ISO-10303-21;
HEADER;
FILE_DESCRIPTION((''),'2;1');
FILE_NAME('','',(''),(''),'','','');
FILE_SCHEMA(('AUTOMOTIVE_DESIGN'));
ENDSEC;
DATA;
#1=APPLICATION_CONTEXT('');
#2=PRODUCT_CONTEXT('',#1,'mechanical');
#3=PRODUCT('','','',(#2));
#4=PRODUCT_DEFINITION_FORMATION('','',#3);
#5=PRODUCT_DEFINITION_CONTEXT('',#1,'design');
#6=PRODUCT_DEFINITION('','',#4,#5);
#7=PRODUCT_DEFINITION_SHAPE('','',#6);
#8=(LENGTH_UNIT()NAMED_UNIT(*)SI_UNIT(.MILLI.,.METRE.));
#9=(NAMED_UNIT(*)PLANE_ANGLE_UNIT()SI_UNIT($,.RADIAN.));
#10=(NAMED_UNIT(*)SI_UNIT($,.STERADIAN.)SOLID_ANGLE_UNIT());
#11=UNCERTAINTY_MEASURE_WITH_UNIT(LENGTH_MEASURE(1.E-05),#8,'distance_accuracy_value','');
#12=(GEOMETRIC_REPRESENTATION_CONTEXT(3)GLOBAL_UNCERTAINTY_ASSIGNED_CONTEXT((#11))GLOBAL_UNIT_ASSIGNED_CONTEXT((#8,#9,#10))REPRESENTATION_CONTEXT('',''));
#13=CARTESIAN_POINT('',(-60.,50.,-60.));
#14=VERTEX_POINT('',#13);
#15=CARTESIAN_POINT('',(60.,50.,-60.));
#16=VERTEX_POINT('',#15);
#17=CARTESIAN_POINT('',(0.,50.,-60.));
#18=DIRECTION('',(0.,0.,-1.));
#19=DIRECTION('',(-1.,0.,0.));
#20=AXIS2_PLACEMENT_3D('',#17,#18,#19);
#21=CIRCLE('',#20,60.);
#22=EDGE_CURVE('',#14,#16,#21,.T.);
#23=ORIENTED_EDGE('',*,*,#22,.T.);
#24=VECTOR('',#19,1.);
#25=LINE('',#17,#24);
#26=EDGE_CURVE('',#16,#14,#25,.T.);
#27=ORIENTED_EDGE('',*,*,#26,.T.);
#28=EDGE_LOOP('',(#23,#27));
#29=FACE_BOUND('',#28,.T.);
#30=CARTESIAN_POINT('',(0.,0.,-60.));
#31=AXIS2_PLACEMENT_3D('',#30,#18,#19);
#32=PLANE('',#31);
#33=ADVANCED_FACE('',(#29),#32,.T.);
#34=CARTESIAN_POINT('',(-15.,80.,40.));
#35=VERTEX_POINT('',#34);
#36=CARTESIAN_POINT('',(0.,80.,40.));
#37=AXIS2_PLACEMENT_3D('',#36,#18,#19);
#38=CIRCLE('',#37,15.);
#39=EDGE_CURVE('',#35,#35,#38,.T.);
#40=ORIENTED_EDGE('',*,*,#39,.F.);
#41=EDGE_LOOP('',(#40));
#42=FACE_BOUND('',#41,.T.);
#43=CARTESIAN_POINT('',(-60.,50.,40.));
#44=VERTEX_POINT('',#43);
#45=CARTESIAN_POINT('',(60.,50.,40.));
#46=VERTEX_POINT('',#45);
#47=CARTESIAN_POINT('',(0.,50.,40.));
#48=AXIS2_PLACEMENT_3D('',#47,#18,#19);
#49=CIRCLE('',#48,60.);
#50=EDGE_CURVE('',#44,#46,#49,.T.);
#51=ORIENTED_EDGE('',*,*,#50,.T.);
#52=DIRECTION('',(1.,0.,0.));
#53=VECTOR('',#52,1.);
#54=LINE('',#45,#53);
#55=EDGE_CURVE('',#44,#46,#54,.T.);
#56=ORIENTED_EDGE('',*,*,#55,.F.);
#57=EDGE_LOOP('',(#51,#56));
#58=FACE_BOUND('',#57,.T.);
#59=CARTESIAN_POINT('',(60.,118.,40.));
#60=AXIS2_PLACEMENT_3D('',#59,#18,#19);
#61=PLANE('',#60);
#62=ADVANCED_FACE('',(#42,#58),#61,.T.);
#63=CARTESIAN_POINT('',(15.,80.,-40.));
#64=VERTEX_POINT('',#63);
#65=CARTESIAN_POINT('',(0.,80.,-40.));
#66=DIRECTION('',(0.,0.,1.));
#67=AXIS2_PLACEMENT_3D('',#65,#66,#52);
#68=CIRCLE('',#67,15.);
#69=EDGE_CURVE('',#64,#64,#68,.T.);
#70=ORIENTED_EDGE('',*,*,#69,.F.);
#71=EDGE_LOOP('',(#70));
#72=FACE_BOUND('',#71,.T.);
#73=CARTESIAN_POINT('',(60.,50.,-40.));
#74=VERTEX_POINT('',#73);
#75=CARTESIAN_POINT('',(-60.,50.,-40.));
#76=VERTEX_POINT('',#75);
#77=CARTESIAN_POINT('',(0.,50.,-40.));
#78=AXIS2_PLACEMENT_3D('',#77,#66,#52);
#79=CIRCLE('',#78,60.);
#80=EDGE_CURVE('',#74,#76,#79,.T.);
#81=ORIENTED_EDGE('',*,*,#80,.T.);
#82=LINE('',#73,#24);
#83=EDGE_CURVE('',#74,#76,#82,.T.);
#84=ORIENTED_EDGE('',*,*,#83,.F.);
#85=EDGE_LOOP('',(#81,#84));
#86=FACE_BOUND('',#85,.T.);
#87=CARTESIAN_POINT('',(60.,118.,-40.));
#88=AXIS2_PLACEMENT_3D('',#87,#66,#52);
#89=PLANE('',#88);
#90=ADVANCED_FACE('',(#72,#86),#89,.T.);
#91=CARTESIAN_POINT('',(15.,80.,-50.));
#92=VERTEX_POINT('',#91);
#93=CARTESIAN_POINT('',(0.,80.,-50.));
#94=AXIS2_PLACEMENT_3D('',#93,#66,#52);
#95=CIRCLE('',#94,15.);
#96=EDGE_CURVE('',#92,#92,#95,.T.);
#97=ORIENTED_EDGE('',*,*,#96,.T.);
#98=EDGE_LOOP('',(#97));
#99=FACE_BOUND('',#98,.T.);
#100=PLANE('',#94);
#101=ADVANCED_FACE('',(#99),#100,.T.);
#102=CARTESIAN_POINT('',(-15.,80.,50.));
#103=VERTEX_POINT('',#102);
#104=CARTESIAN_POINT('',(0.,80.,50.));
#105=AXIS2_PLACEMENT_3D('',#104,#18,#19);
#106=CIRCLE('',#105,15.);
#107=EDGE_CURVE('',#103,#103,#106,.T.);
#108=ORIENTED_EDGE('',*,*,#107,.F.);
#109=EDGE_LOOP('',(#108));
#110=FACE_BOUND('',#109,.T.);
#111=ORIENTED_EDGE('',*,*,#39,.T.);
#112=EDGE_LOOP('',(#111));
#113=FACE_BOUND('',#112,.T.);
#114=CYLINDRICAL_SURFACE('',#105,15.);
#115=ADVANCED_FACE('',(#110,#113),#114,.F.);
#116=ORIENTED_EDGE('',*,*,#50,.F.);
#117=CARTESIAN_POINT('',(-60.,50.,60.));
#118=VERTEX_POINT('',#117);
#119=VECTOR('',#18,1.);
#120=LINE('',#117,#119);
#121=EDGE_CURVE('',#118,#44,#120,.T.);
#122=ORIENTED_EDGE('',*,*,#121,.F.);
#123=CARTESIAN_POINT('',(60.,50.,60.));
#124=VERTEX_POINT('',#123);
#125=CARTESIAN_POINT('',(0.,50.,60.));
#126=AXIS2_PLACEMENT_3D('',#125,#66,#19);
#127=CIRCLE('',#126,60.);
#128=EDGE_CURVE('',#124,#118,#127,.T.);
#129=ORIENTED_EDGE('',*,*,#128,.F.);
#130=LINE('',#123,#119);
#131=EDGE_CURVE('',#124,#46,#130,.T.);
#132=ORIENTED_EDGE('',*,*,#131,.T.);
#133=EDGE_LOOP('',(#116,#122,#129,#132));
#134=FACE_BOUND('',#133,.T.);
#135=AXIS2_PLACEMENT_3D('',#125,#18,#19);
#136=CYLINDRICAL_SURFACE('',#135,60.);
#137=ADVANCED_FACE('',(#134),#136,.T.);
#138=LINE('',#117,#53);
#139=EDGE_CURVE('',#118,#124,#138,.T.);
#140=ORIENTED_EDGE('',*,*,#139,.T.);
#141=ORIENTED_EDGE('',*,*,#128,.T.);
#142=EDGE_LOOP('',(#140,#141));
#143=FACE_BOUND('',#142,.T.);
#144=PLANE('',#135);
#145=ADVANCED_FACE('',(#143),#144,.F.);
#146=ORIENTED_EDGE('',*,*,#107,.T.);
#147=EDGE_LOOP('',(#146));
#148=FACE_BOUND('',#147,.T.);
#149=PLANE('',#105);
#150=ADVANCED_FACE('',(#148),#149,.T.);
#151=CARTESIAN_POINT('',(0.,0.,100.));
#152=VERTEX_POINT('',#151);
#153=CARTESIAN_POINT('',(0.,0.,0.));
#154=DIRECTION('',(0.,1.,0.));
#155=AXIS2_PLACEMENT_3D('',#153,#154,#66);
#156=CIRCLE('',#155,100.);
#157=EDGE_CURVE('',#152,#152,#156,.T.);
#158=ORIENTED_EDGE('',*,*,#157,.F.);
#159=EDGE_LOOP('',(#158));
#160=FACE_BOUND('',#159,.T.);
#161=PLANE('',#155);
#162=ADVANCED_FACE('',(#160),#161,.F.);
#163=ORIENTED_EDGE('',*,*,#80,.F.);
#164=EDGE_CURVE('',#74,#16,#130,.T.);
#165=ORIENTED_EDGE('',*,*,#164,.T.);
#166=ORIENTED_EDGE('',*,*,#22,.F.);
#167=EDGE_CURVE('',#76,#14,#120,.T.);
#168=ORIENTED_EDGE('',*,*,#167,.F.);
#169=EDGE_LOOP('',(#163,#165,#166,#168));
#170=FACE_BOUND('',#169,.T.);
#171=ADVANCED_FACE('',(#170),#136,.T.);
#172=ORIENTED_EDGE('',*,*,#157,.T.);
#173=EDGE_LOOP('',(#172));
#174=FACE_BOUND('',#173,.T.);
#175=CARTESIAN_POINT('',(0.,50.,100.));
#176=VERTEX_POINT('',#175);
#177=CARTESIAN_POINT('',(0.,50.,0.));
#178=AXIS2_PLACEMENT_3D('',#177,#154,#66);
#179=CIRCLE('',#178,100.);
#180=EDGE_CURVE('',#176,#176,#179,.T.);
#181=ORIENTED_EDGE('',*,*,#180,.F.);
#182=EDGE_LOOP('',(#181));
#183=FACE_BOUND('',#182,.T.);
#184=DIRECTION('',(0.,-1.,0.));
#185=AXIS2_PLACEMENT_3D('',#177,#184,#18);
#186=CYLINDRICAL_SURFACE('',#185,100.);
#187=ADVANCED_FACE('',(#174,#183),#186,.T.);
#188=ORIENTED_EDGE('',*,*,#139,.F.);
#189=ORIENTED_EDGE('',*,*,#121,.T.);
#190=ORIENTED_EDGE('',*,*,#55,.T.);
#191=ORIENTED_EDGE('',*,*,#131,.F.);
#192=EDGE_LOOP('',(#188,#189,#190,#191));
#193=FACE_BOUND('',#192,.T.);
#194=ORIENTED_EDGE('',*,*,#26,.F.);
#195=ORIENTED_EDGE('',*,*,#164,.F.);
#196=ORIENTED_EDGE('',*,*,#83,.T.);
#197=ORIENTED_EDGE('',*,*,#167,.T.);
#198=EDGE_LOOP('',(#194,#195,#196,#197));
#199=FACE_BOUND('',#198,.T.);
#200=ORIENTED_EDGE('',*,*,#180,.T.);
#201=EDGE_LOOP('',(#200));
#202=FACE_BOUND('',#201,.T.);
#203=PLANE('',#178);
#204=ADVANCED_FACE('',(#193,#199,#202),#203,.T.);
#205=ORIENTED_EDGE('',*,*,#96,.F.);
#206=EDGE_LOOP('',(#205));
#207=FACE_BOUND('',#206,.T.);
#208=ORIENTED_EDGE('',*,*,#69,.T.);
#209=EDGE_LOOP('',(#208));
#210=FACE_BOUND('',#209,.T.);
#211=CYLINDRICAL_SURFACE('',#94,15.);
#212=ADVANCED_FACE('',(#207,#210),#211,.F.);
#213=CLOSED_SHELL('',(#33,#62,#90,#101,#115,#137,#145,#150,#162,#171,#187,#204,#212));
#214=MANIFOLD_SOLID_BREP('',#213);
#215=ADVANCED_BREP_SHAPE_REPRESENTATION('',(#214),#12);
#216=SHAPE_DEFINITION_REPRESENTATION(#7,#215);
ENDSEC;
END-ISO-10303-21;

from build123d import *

# Parameters (mm, degrees)
SKETCH1_R           = 100
BOSS_EXTRUDE1_DEPTH = 50
BOSS_EXTRUDE2_DEPTH = 60
BOSS_EXTRUDE4_DEPTH = 60
SKETCH9_W           = 120
SKETCH9_H           = 80
CUT_EXTRUDE1_DEPTH  = 68
SKETCH15_R          = 15
CUT_EXTRUDE3_DEPTH  = 10
SKETCH19_R          = 15
CUT_EXTRUDE4_DEPTH  = 10


with BuildPart() as part:
    # Sketch1 → Boss-Extrude1 (new body)
    with BuildSketch(Plane(origin=(0, 0, 0), x_dir=(1, 0, 0), z_dir=(0, 1, 0))):
        Circle(SKETCH1_R)
    extrude(amount=BOSS_EXTRUDE1_DEPTH)

    # Sketch2 → Boss-Extrude2 (add)
    with BuildSketch(Plane.XY):
        with BuildLine():
            Line((-60, 50), (0, 50))
            Line((0, 50), (60, 50))
            ThreePointArc((60, 50), (0, 110), (-60, 50))
        make_face()
    extrude(amount=BOSS_EXTRUDE2_DEPTH)

    # Sketch6 → Boss-Extrude4 (add)
    with BuildSketch(Plane(origin=(0, 0, 0), x_dir=(-1, 0, 0), z_dir=(0, 0, -1))):
        with BuildLine():
            Line((-60, 50), (60, 50))
            ThreePointArc((60, 50), (0, 110), (-60, 50))
        make_face()
    extrude(amount=BOSS_EXTRUDE4_DEPTH)

    # Sketch9 → Cut-Extrude1 (cut)
    with BuildSketch(Plane(origin=(0, 50, 0), x_dir=(1, 0, 0), z_dir=(0, 1, 0))):
        Rectangle(SKETCH9_W, SKETCH9_H)
    extrude(amount=CUT_EXTRUDE1_DEPTH, mode=Mode.SUBTRACT)

    # Sketch15 → Cut-Extrude3 (cut)
    with BuildSketch(Plane(origin=(0, 0, 40), x_dir=(-1, 0, 0), z_dir=(0, 0, -1))):
        with Locations((0, 80)):
            Circle(SKETCH15_R)
    extrude(amount=-CUT_EXTRUDE3_DEPTH, mode=Mode.SUBTRACT)

    # Sketch19 → Cut-Extrude4 (cut)
    with BuildSketch(Plane.XY.offset(-40)):
        with Locations((0, 80)):
            Circle(SKETCH19_R)
    extrude(amount=-CUT_EXTRUDE4_DEPTH, mode=Mode.SUBTRACT)


solid = part.part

_____

[BRIEF]
All lines above from the one containing "#20=AXIS2_PLACEMENT_3D('',#17,#18,#19);" to the one containing "#32=PLANE('',#31);" must be repeated exactly, both lines included, and no others.

[SOLUTION BELOW]
#20=AXIS2_PLACEMENT_3D('',#17,#18,#19);
#21=CIRCLE('',#20,60.);
#22=EDGE_CURVE('',#14,#16,#21,.T.);
#23=ORIENTED_EDGE('',*,*,#22,.T.);
#24=VECTOR('',#19,1.);
#25=LINE('',#17,#24);
#26=EDGE_CURVE('',#16,#14,#25,.T.);
#27=ORIENTED_EDGE('',*,*,#26,.T.);
#28=EDGE_LOOP('',(#23,#27));
#29=FACE_BOUND('',#28,.T.);
#30=CARTESIAN_POINT('',(0.,0.,-60.));
#31=AXIS2_PLACEMENT_3D('',#30,#18,#19);
#32=PLANE('',#31);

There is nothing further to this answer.